The SEC complaint said that "on numerous occasions" KPMG audit
professionals who had passed their training exams sent the answers to their
colleagues to help them pass too, primarily via email or printed answers. The SEC
noted that this practice took place at all levels of seniority, from nervous first-year
auditors to lead engagement partners who were responsible for compliance with
PCAOB standards in auditing their clients’ financial statements. The senior cheaters
not only sent exam answers to other partners, but even solicited answers from and
sent answers to their subordinates. Beyond that, the SEC said audit professionals
were also manipulating the scores of the training exam. They did so by looking at the
URL for the exams.

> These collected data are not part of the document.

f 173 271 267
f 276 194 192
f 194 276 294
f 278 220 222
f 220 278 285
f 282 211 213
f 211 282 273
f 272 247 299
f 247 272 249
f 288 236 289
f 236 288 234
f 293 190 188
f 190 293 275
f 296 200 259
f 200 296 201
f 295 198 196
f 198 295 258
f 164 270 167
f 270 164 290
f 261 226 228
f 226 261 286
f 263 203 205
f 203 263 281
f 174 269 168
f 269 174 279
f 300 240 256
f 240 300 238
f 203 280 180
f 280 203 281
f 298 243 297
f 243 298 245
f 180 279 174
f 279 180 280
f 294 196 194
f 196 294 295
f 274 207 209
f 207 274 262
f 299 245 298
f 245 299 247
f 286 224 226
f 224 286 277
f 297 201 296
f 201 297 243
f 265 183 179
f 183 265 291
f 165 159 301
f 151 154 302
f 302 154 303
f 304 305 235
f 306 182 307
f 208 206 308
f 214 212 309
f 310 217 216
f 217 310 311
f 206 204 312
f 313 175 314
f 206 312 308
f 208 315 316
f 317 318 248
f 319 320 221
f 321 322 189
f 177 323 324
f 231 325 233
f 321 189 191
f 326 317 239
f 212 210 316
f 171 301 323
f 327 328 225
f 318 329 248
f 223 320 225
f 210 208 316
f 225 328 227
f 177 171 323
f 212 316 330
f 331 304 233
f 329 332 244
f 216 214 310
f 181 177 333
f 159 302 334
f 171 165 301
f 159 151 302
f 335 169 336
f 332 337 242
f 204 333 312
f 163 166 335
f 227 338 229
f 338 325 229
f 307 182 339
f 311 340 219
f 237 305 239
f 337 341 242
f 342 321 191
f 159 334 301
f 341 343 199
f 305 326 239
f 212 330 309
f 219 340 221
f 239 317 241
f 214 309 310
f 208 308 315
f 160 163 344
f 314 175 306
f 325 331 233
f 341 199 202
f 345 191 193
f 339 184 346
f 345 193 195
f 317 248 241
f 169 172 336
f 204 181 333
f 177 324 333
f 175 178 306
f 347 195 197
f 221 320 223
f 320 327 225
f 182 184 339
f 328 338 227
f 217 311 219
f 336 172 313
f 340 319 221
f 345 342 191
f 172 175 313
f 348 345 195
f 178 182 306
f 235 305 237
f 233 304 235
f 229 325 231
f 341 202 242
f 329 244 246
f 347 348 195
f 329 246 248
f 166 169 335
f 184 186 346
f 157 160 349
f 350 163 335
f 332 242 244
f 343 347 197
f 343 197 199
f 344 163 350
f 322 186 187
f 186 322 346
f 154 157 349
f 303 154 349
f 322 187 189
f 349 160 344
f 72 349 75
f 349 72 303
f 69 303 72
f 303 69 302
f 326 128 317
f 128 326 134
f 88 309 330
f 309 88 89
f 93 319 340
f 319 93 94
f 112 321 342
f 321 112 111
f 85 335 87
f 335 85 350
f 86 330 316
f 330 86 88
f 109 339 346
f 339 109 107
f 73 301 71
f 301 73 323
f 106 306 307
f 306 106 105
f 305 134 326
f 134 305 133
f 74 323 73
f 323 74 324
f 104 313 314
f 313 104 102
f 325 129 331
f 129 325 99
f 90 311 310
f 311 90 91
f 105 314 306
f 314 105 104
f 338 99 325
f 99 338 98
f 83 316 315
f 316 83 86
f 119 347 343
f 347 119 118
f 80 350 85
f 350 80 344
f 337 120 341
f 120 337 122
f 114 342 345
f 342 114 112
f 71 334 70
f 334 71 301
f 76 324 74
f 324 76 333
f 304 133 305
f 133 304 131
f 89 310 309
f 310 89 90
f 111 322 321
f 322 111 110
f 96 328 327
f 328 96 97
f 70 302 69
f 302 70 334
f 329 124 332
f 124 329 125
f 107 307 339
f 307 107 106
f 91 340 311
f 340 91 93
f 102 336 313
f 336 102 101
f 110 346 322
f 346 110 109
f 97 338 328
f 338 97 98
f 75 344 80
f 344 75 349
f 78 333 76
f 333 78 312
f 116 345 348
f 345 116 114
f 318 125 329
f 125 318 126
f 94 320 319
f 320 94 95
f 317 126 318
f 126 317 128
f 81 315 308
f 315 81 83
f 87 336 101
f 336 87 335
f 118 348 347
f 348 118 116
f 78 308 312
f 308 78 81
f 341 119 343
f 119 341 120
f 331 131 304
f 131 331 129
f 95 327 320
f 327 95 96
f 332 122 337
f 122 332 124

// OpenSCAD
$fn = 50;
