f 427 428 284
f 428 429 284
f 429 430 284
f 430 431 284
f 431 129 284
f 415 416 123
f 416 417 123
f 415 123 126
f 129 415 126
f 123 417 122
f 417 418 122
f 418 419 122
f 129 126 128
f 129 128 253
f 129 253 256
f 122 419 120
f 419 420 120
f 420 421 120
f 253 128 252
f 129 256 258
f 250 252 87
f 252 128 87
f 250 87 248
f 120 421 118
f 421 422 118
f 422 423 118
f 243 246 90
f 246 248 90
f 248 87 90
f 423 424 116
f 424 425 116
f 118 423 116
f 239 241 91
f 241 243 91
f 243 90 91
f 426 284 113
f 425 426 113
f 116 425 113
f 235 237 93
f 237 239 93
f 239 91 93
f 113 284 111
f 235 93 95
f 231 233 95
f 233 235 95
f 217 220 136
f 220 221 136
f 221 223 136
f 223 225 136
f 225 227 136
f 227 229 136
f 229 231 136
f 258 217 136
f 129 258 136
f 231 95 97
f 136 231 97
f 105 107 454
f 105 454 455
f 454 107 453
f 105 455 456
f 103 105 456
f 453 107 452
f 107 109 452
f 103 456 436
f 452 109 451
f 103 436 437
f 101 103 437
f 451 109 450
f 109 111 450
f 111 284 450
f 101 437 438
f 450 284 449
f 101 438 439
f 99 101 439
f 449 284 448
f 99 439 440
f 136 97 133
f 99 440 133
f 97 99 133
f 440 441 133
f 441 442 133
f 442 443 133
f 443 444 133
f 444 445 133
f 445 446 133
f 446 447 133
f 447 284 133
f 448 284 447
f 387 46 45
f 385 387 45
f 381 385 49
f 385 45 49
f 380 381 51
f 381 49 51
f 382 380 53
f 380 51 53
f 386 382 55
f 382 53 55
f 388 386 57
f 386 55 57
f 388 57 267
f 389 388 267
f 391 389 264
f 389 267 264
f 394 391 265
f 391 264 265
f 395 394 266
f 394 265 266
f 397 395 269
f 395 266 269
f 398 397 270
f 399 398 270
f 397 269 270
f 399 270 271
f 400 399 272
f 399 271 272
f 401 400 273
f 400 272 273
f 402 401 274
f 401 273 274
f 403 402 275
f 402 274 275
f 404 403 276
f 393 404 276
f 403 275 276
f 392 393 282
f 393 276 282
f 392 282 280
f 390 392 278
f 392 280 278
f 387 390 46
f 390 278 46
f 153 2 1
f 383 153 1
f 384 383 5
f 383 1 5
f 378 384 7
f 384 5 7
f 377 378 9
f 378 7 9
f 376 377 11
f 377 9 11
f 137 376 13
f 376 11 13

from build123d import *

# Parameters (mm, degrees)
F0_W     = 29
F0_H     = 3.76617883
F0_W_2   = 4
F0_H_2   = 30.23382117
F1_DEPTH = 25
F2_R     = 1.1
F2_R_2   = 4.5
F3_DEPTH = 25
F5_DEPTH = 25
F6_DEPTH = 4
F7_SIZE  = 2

Embedded in the link was an instruction to the server specifying
the minimum score needed to pass. By changing the number in the link, they were
able to then manipulate the score required to pass. Twenty-eight of these auditors
did this on four or more occasions. Certain audit professionals lowered the required
score to the point of passing exams while answering less than 25 percent of the
questions correctly. “The sanctions will protect our markets by promoting an ethical
culture at KPMG,” said Melissa Hodgman, associate drector of the SEC’s
Enforcement Division. “To that end, KPMG will take additional remedial steps to
address the misconduct and further strengthen its quality controls, all of which will be
reviewed and assessed by an independent consultant.”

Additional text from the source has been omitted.